[Stored items]
····················
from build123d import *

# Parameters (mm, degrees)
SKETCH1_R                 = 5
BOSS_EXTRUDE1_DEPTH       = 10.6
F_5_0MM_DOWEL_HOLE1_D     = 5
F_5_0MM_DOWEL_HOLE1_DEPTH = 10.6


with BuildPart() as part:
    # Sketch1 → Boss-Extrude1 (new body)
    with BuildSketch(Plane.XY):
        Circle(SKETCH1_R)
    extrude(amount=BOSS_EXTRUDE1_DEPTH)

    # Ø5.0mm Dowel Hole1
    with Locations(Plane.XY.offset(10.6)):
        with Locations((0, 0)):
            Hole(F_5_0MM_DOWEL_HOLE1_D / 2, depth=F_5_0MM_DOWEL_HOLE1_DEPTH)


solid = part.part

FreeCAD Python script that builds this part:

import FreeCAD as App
import Part
import Sketcher
from FreeCAD import Vector
Q = App.Units.Quantity

doc = App.newDocument("Part")
body = doc.addObject("PartDesign::Body", "Body")

sketch1 = doc.addObject("Sketcher::SketchObject", "Sketch")
body.addObject(sketch1)
sketch1.AttachmentSupport = (doc.XY_Plane, [""])
sketch1.MapMode = "FlatFace"
sketch1.addGeometry(Part.Circle(Vector(0, 0, 0), Vector(0, 0, 1), 5), False)
sketch1.addConstraint([
    Sketcher.Constraint("Coincident", 0, 3, -1, 1),
    Sketcher.Constraint("Diameter", 0, Q("10 mm")),
])
pad1 = doc.addObject("PartDesign::Pad", "Pad")
body.addObject(pad1)
pad1.Profile = sketch1
pad1.Length = 10.6

sketch2 = doc.addObject("Sketcher::SketchObject", "Sketch001")
body.addObject(sketch2)
sketch2.AttachmentSupport = (doc.XY_Plane, [""])
sketch2.MapMode = "FlatFace"
sketch2.AttachmentOffset = App.Placement(Vector(0, 0, 10.6), App.Rotation())
sketch2.addGeometry(Part.Circle(Vector(0, 0, 0), Vector(0, 0, 1), 2.5), False)
sketch2.addConstraint([
    Sketcher.Constraint("Coincident", 0, 3, -1, 1),
    Sketcher.Constraint("Diameter", 0, Q("5 mm")),
])
doc.recompute()
hole = doc.addObject("PartDesign::Hole", "Hole")
body.addObject(hole)
hole.Profile = sketch2
hole.ThreadType = "None"
hole.Diameter = 5
hole.DepthType = "Dimension"
hole.Depth = 10.6
hole.DrillPoint = "Flat"

doc.recompute()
····················
What the task asks: Look back at the data above. Transcribe exactly the lines starting at the line that contains "# Ø5.0mm Dowel Hole1" and ending at the line that contains "FreeCAD Python script".

Solution:
    # Ø5.0mm Dowel Hole1
    with Locations(Plane.XY.offset(10.6)):
        with Locations((0, 0)):
            Hole(F_5_0MM_DOWEL_HOLE1_D / 2, depth=F_5_0MM_DOWEL_HOLE1_DEPTH)


solid = part.part

FreeCAD Python script that builds this part:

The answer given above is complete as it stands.